# Programacion de Micros (PICs)



## ociruam (Jun 21, 2006)

Hola atodos: estoy tratando de aprender a programar micros en especial los PICs 16f84 no se como empezar, 
1: Algun Manual sobre Hexadecimales o cualquier información
2: Algun Manual sobre Binarios o cualquier información
3: Algun Manual sobre Compilaciones o cualquier información
4: Algun Manual sobre crear rutinas o cualquier información
5: Como diseñar el programador algun esquema para el mismo
6: donde podria conseguir el sofwer para este tipo de Circuitos (Programador)

Como veran esto es desde el principo y abusando algo sobre _(BASIC)

Agradesco su apoyo y cooperacion asi como su tiempo y tolerancia, ya que nesecito elaborar un electronivel para bomba de agua que controle la (Sisterna y Tanque).

SALUDOS a todos GACIAS........Gracias........gracias.


----------



## EinSoldiatGott (Jun 21, 2006)

Hola, pues tiene bastante que leer , lo bueno es que esta intentandolo tiene conocimientos previos de electrónica? a que nivel?

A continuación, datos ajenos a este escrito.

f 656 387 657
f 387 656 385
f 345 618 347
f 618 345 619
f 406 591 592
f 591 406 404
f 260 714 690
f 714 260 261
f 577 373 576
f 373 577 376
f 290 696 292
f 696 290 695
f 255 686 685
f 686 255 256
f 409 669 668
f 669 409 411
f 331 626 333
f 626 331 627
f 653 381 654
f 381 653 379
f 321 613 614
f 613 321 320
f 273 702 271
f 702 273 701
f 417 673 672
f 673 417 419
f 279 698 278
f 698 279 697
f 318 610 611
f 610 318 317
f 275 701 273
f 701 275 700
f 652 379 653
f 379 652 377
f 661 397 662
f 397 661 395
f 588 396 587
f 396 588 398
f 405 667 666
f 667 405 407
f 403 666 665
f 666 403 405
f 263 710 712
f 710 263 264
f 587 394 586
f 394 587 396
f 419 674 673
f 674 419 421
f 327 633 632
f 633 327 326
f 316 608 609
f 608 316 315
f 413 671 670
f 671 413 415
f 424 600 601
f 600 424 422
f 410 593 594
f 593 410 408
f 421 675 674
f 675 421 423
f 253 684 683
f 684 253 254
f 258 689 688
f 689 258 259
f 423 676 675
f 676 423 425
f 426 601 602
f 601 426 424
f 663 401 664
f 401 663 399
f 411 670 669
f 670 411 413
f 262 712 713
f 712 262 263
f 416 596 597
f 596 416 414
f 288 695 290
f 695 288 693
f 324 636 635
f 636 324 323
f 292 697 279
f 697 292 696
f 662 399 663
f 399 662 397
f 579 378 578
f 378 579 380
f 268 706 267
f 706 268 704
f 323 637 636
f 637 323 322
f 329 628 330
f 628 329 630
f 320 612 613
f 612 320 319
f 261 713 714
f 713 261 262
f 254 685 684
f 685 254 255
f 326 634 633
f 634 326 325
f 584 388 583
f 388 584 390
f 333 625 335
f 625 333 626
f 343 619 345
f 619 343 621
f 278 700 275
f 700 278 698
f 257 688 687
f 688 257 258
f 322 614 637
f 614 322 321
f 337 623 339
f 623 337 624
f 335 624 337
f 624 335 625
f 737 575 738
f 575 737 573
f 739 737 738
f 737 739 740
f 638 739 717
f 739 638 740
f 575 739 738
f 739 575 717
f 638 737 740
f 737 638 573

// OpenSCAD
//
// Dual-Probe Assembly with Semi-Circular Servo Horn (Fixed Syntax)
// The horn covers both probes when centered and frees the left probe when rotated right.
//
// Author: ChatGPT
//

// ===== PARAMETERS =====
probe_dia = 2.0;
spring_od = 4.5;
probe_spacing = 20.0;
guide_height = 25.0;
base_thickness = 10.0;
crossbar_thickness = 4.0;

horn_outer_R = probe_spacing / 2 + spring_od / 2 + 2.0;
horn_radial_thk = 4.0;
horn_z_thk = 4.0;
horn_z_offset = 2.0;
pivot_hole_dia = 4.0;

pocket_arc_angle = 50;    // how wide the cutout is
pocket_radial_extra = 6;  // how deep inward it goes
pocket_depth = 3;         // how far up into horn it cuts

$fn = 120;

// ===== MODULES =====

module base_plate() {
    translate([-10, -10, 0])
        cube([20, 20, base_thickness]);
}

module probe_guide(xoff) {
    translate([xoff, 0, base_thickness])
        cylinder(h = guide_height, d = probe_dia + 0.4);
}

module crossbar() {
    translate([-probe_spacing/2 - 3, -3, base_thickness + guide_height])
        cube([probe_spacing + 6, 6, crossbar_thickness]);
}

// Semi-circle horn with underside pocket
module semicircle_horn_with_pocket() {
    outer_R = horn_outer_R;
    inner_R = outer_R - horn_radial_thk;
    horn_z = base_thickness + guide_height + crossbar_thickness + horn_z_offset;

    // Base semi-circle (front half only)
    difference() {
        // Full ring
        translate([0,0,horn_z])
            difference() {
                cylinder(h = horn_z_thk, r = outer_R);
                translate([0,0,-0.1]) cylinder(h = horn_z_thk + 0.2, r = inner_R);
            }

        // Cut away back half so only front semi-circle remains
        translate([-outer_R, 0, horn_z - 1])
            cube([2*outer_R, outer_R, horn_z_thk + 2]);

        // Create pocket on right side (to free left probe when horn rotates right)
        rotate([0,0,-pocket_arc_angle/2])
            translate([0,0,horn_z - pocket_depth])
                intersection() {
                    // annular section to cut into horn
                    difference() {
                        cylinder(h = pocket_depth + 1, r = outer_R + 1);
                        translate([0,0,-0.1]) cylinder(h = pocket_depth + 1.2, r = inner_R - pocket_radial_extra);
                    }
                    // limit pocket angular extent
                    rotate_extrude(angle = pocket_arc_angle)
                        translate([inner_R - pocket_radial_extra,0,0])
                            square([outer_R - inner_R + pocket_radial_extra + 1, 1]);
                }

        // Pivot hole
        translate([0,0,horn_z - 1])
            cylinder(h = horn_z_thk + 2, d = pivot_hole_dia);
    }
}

Yo le podría responder varias de sus preguntas pero sería una respuesta sencilla y me parece mejor darle un link donde han dedica el tiempo suficiente a hacerlo más explicito y entendible.



			
				ociruam dijo:
			
		

> 1: Algun Manual sobre Hexadecimales o cualquier información
> http://es.wikipedia.org/wiki/Hexadecimal
> 
> 2: Algun Manual sobre Binarios o cualquier información
> ...


----------



## ociruam (Jun 21, 2006)

Saludos y nuevamente gracias por sus aportes he mirado algo sobre Hex del link proporcionado me parece bueno existira algo mas robusto....?

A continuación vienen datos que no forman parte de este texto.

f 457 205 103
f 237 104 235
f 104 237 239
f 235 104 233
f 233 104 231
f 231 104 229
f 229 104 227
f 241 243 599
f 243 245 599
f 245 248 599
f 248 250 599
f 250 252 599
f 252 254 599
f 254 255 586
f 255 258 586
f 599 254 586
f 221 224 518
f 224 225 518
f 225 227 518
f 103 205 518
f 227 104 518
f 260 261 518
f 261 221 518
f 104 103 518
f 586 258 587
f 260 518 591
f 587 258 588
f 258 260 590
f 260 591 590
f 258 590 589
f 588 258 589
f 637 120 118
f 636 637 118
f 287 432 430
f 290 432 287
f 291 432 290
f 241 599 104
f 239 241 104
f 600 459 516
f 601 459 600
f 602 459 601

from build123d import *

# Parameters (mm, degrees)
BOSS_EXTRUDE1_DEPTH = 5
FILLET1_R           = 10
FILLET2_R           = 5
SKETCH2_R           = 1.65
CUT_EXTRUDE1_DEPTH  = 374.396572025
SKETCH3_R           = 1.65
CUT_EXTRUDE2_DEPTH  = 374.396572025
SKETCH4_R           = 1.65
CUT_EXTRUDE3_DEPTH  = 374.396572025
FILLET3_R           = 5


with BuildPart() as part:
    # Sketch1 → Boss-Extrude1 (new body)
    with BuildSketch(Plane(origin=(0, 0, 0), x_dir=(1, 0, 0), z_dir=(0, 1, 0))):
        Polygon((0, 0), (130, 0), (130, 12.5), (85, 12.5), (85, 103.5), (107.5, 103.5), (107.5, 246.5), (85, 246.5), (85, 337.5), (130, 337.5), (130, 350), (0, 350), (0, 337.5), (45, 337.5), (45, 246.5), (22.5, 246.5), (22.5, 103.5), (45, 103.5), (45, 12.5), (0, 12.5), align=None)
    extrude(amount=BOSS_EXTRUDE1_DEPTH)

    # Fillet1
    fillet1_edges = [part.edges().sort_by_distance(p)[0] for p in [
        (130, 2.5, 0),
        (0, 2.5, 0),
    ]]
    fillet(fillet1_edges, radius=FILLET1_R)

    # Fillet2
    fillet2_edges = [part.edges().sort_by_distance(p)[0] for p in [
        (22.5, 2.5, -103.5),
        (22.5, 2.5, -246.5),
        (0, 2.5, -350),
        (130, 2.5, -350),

Yo tengo conocimientos basicos de electronica y alguan ves realice algunos pequeños protos sin complejidad alguna he inclusos no requirieron Circuitos Impreso. y ya hace tiempo de esto, pero lo deje y tome el camino de la computacion ( Software, Hardware, Redes, etc)
pero hace un par de dias se me presento un Test de Electronica que me ha desvalanceado y he desidico retomarlo y complementarlo con la Computacion y la Programacion, por eso es que os molesto y sí megustaria tener manuales o Tutos so bre los temas ya que lo mio a sido mas Practico que terico.


----------



## EinSoldiatGott (Jun 21, 2006)

ociruam dijo:
			
		

> Saludos y nuevamente gracias por sus aportes he mirado algo sobre Hex del link proporcionado me parece bueno existira algo mas robusto....?
> 
> Yo tengo conocimientos basicos de electronica y alguan ves realice algunos pequeños protos sin complejidad alguna he inclusos no requirieron Circuitos Impreso. y ya hace tiempo de esto, pero lo deje y tome el camino de la computacion ( Software, Hardware, Redes, etc)
> pero hace un par de dias se me presento un Test de Electronica que me ha desvalanceado y he desidico retomarlo y complementarlo con la Computacion y la Programacion, por eso es que os molesto y sí megustaria tener manuales o Tutos so bre los temas ya que lo mio a sido mas Practico que terico.



Hola si ya entendió eso que le puse del hexa ya lo ha entendido todo, las diferentes numeraciones no son más que el resultadode elevar un número a diferentes bases, en el hexa es con base 16. Eso es todo ahí deben explicar como pasar de hexa a decimal y viceversa.

Solo como un tip la claculadora de windows puede convertir entre varios sistemas BIN, HEX, DEC, OCT.

Saludos


----------